China Says Taiwan Military Drills Over, Plans Regular Patrols

China’s President Xi Jinping (Selim Chtayti/Pool Photo via AP)

(Bloomberg/TNS) – China’s military said exercises held around Taiwan in response to House Speaker Nancy Pelosi’s visit had concluded, while pledging to continue regular patrols near the island.

The People’s Liberation Army “successfully completed all tasks” set out in exercises last week, Eastern Theater Command spokesman Senior Colonel Shi Yi said Wednesday. The statement seems to ended ambiguity on the status of the drills three days after navigational alerts warning ships and airplanes to avoid six large areas around the island expired.

Still, the PLA planned to “regularly organize patrols in the direction of the Taiwan Strait,” Shi said, adding that such activities would be based on the development of the cross-strait situation. The remark held open the possibility of frequent Chinese military operations across the US-drawn median line that divides the waterway.

“I think the idea here is for China to maintain a presence around Taiwan’s main island,” said Ridzwan Rahmat, a principal defense analyst at Janes. “Such announcements may be a form of pressure on Taiwan. They could be conducting low-tempo exercises, such as maritime patrols and search-and-rescues. These are naval exercises too, but do not involve any live firing.”

The exercises held in the wake of Pelosi’s visit represent some of China’s most provocative actions toward Taiwan in decades. Not only did the PLA test-fire 11 missiles into the surrounding seas — including four likely launched over Taipei — Taiwan accused it of rehearsing possible invasion scenarios.

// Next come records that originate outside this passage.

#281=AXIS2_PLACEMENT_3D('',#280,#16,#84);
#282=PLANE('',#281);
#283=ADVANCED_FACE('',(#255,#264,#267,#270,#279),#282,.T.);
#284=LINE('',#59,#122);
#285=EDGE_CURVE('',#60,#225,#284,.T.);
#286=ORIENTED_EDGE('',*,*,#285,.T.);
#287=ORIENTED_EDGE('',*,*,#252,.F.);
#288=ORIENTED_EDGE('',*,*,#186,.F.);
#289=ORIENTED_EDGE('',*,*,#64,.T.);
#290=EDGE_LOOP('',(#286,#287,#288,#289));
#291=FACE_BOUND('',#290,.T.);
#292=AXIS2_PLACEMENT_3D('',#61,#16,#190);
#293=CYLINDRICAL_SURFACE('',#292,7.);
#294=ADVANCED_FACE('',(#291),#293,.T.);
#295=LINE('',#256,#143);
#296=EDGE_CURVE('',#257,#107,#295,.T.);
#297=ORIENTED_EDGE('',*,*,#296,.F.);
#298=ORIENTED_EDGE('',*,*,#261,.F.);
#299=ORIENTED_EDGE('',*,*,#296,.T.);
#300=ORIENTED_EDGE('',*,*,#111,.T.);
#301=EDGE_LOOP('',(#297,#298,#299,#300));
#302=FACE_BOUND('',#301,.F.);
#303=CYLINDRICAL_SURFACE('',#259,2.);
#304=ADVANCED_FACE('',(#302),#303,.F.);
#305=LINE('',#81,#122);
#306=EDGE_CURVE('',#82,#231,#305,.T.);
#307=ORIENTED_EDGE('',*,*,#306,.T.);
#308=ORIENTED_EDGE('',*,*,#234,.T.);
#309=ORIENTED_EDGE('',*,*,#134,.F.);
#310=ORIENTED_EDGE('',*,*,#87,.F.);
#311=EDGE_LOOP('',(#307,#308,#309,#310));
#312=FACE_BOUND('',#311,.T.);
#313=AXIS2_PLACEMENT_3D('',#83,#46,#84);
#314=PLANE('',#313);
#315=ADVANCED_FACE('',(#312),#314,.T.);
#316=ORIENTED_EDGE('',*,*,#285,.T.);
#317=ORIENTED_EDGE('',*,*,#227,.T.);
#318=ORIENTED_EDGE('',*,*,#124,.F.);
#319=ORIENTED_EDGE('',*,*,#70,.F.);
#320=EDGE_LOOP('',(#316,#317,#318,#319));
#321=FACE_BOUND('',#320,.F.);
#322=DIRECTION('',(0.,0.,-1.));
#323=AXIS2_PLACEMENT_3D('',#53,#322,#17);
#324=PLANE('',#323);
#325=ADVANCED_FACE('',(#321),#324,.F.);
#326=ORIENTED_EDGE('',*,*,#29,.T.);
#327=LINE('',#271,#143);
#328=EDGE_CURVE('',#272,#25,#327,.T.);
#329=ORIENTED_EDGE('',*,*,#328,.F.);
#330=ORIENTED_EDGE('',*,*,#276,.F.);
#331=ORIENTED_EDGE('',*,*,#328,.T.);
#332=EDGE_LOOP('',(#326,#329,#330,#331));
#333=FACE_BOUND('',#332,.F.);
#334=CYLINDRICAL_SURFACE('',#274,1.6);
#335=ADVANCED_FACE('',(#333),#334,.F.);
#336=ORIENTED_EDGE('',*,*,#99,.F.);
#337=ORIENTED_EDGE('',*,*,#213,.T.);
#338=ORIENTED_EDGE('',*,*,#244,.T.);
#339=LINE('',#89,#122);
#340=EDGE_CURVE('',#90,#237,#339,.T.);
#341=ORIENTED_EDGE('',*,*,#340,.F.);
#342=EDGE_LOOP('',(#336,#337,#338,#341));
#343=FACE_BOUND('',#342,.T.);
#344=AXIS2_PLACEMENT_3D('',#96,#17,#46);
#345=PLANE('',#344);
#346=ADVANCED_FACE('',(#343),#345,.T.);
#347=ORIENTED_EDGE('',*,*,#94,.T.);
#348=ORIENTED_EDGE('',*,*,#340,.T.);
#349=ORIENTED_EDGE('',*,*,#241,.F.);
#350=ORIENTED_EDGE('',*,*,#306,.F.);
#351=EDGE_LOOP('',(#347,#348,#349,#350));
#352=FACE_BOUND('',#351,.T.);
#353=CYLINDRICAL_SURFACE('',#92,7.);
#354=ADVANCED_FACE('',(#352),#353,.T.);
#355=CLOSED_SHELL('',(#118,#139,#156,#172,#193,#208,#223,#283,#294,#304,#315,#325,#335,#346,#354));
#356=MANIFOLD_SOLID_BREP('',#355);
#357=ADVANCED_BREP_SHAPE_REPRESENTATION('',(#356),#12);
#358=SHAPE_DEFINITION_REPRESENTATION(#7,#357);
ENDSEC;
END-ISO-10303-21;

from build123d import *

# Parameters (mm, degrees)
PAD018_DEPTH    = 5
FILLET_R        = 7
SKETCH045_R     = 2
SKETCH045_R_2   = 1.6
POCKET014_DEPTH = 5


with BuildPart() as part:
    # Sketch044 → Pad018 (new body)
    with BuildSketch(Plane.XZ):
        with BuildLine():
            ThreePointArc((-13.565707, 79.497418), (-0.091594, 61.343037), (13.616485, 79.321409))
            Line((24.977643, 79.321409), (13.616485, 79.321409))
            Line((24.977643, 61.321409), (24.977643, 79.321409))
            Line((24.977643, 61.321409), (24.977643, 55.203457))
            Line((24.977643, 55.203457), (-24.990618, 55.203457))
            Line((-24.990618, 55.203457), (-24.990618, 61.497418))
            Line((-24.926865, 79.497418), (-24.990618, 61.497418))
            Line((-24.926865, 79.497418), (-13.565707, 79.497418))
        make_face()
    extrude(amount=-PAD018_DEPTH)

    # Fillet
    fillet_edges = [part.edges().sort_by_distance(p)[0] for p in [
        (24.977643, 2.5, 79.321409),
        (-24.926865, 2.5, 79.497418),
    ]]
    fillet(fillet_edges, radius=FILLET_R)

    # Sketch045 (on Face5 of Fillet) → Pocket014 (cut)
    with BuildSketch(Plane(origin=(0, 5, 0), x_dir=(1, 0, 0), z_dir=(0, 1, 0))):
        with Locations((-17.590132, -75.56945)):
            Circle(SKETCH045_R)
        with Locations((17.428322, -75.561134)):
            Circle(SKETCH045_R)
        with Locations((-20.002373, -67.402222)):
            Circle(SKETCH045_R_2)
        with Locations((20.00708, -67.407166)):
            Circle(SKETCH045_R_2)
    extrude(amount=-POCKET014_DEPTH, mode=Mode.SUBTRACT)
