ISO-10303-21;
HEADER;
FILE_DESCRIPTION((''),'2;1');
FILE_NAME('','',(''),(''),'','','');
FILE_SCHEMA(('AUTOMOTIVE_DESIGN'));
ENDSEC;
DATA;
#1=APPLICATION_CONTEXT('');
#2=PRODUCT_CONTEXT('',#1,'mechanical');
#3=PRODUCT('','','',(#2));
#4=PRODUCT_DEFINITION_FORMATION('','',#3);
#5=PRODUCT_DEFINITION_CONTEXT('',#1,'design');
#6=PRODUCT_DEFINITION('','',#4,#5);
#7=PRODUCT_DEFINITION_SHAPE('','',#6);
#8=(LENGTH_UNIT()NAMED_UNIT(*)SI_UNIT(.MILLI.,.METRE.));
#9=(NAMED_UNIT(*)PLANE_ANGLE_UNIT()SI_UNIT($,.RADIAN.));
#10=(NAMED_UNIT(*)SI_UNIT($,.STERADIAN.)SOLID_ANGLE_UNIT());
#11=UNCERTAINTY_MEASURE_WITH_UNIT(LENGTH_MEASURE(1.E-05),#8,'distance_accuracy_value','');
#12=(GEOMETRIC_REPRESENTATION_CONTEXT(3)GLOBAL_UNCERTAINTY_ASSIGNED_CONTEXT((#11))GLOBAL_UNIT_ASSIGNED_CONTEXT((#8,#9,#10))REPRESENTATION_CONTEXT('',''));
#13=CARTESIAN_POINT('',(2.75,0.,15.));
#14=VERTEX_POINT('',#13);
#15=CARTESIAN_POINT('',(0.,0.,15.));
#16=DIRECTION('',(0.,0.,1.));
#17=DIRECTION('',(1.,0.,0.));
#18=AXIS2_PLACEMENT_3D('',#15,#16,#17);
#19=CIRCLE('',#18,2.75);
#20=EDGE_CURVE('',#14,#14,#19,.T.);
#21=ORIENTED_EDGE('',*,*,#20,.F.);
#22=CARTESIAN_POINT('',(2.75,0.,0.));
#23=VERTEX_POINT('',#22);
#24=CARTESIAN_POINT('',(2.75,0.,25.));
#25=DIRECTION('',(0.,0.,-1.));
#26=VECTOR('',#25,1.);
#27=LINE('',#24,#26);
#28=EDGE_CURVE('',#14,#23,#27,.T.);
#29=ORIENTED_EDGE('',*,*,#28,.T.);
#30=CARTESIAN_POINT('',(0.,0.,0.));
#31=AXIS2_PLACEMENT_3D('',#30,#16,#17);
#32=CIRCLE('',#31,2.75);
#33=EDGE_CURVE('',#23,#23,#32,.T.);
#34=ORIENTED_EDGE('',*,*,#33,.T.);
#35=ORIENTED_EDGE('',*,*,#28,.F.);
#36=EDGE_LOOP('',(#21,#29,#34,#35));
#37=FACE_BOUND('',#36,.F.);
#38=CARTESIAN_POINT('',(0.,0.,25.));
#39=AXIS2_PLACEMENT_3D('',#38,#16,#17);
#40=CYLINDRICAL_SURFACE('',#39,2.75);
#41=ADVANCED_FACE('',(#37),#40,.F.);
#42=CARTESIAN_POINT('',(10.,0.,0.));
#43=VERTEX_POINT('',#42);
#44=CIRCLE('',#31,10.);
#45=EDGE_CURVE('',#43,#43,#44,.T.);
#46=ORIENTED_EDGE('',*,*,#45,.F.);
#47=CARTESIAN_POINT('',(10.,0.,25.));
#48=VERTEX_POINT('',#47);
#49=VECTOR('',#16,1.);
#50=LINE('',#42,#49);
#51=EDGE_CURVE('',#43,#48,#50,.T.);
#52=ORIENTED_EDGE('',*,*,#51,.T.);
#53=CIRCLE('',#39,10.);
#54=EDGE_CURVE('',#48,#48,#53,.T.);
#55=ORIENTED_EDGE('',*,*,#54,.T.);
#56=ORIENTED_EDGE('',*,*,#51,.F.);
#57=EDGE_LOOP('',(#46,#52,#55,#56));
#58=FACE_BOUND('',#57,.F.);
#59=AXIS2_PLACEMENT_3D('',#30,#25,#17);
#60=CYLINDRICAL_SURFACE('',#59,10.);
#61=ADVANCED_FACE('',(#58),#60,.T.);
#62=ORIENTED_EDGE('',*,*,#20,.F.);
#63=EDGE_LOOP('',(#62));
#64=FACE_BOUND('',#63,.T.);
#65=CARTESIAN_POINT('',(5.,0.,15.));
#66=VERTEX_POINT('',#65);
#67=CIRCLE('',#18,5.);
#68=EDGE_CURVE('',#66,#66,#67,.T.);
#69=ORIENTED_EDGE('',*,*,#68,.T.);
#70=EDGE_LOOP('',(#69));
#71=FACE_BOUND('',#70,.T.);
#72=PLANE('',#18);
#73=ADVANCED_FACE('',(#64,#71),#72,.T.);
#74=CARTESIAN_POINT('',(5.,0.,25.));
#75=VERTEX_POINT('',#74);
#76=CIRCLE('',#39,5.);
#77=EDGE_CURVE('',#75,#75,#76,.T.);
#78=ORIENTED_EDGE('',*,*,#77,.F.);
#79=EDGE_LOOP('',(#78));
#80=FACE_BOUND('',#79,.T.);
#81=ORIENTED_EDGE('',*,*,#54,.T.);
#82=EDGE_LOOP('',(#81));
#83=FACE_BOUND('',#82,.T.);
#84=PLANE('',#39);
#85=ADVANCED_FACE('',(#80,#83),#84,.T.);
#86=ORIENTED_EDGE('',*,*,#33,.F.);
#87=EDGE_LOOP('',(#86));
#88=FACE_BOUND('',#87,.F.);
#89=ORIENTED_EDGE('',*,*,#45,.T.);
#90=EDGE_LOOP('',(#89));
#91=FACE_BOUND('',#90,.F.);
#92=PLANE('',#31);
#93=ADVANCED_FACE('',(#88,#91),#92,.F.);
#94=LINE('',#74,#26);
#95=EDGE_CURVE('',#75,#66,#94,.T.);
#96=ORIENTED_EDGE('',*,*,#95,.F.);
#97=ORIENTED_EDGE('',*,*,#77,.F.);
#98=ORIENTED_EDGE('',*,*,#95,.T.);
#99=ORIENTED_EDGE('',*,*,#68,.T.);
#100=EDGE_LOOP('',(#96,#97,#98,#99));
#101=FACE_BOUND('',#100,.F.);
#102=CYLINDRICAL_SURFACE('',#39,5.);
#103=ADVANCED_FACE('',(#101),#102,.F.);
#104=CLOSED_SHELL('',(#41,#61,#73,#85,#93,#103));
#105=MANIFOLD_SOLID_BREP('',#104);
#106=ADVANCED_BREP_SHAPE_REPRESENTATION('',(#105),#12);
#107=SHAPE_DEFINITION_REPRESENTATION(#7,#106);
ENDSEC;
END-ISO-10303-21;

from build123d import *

# Parameters (mm, degrees)
SKETCH_R        = 10
PAD_DEPTH       = 25
SKETCH001_R     = 2.75
POCKET_DEPTH    = 25.001
SKETCH002_R     = 5
POCKET001_DEPTH = 10


with BuildPart() as part:
    # Sketch → Pad (new body)
    with BuildSketch(Plane.XY):
        Circle(SKETCH_R)
    extrude(amount=PAD_DEPTH)

    # Sketch001 (on Face3 of Pad) → Pocket (cut, through all)
    with BuildSketch(Plane.XY.offset(25)):
        Circle(SKETCH001_R)
    extrude(amount=-POCKET_DEPTH, mode=Mode.SUBTRACT)

    # Sketch002 (on Face3 of Pocket) → Pocket001 (cut)
    with BuildSketch(Plane.XY.offset(25)):
        Circle(SKETCH002_R)
    extrude(amount=-POCKET001_DEPTH, mode=Mode.SUBTRACT)


solid = part.part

The PLA statement confirmed what shipping firms and other industries that move people and goods in and out of Taiwan had already deduced — that the most disruptive drills had ended days ago. As of Wednesday, ships traveling to and from Taiwan’s ports had largely resumed previously planned routes.

“The extended drill seems less intensive than the previous ones and the shipowners don’t seem afraid to pass through the affected areas, at least for now,” Emma Li, a China market analyst at Vortexa Ltd., said before the PLA’s statement. “Tanker or bulk ships are just running as normal.”

Still, Chinese President Xi Jinping has already used the crisis to shrink a vaguely defined buffer zone that has kept the peace around Taiwan for decades. More than 180 Chinese warplanes operated east of the Taiwan Strait’s median line over a eight-day period ending Wednesday, once a rare event.

The promise of more patrols will likely fuel concerns that Xi will seek to make such incursions the new status quo. The strategy places greater pressure on US President Joe Biden to craft a response that encourages China to pull back without escalating tensions further.

“Once it’s perpetuated for long enough and becomes accepted as a new normal, then China gets greater military operational flexibility, as well as diplomatic bargaining chip,” said Wen-Ti Sung, a political scientist at Australia National University’s Taiwan Studies Program.